Evidence

Rule 101

  1. militarydefenselawyers008Scope. The Military Rules of Evidence are applicable to courts-martial, including summary courts-martial, to the extent and exceptions stated in Rule 1101.
  2. Rule 1101. Applicability of rules.
    1. Rules applicable. Except as otherwise provided in this Manual, these rules apply generally to all courts-martial, including summary courts-martial; to proceedings pursuant to Article 39(a); to limited fact-finding proceedings ordered on review; to proceedings in revision; and to contempt proceedings except those in which the judge may act summarily.
    2. Rules of privilege. The rules with respect to privileges in Section III and V apply to all stages of all actions, cases, and proceedings.
    3. Rules relaxed. The application of these rules may be relaxed in sentencing proceedings as provided under R.C.M. 1001 and otherwise as provided in this manual.
    4. Rules inapplicable. These rules (other than with respect to privileges and MRE 412) do not apply in investigative hearings pursuant to Article 32; proceedings for vacation of suspension of sentence pursuant to Article 72; proceedings for search authorizations; proceedings involving pretrial restraint; and in other proceedings authorized under the code or this Manual and not listed in subdivision (a).
  3. Secondary Sources. Rule 101 (b). If not otherwise prescribed in the Manual or rules, courts-martial will first apply the rules of evidence recognized in the trial of criminal cases in the United States district courts; and secondly, the rules of evidence at common law. United States v. Toy, 65 M.J. 405, 410 (2008).

Rule 103. Rulings on Evidence

  1. Rulings on Evidence. This rule imposes significant responsibility on counsel to raise and preserve evidentiary questions for review.

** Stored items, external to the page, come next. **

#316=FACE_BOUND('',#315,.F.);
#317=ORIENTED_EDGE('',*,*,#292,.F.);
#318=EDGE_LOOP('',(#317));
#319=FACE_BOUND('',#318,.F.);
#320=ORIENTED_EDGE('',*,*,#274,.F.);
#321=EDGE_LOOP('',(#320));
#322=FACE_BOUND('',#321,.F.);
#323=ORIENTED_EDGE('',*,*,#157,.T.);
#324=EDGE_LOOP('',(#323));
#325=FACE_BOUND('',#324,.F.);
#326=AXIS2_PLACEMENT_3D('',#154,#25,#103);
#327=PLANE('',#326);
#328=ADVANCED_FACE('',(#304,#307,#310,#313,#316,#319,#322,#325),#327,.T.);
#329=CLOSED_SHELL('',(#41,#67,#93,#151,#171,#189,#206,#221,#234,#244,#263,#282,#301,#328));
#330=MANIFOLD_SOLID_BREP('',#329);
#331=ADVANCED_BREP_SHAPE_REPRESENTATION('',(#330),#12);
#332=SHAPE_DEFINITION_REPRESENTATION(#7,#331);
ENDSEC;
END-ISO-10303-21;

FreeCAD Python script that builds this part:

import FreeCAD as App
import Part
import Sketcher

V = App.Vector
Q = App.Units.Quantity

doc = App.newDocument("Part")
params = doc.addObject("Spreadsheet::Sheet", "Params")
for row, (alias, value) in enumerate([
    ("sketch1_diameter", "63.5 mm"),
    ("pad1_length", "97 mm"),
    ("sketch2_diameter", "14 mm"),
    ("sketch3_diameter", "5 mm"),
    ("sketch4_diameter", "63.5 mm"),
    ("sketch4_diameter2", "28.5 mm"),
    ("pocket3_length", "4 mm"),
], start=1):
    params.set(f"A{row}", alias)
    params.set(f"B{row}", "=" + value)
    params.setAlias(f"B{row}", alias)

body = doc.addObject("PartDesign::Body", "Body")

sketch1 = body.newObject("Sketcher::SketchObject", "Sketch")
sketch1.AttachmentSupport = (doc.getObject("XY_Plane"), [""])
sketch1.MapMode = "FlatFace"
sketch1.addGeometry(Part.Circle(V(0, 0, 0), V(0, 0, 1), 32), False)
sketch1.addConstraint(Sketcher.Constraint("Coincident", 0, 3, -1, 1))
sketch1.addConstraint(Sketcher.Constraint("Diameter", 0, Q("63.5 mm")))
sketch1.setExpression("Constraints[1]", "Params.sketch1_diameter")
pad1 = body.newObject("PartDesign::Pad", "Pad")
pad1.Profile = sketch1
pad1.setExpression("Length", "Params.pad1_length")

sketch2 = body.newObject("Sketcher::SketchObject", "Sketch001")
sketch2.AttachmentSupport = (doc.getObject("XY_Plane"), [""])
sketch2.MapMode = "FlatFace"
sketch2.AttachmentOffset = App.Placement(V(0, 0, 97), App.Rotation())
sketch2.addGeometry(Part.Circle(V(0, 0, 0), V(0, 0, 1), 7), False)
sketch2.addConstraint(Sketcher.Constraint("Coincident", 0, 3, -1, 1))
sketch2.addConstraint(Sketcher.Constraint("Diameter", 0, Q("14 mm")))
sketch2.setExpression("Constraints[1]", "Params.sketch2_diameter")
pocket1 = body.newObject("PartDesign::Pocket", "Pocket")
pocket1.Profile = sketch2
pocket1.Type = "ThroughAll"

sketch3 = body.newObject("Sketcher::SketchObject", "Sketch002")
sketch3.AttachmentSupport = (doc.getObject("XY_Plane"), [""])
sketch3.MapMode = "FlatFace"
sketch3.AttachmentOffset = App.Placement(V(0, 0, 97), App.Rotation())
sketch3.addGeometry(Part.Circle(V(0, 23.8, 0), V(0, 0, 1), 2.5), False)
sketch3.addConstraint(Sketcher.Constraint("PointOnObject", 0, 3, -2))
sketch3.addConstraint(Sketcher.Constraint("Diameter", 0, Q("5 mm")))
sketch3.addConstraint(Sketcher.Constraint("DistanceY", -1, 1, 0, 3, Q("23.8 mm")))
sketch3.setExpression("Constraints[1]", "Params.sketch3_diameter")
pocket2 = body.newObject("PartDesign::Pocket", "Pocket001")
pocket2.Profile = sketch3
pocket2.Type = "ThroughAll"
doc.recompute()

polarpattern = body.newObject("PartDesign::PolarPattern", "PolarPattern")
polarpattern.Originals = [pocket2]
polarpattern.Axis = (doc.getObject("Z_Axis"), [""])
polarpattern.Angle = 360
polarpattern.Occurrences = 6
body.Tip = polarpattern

    1. Effect of Erroneous ruling. Error may not be predicated upon a ruling which admits or excludes evidence unless the ruling materially prejudices a substantial right of a party, and
      1. Objection. In case the ruling is one admitting evidence, a timely objection or motion to strike appears of record; stating the specific ground of objection, if the specific ground was not apparent from the context;
      2. Offer of Proof. In case the ruling is one excluding evidence, the substance of the evidence was made known to the military judge by offer or was apparent from the context within which questions were asked. Once the court makes a definitive ruling on the record admitting or excluding evidence, either at or before trial, a party need not renew an objection or offer of proof to preserve a claim of error for appeal. The standard provided in this subdivision does not apply to errors involving requirements imposed by the Constitution of the United Sates as applied to members of the armed Air Force Appellate Defense Division  forces except insofar as the error arises under these rules and this subdivision provides a standard that is more advantageous to the accused than the constitutional standard.
    2. Plain error. Nothing in these rules precludes taking notice of plain errors that materially prejudice substantial rights although they were not brought to the attention of the military judge.
  2. Objections to evidence. Rule 103(a)(1): Failure to make specific (correct), timely (meaning at the earliest possible time) objection at trial waives issue for appeal, absent a “plain error;”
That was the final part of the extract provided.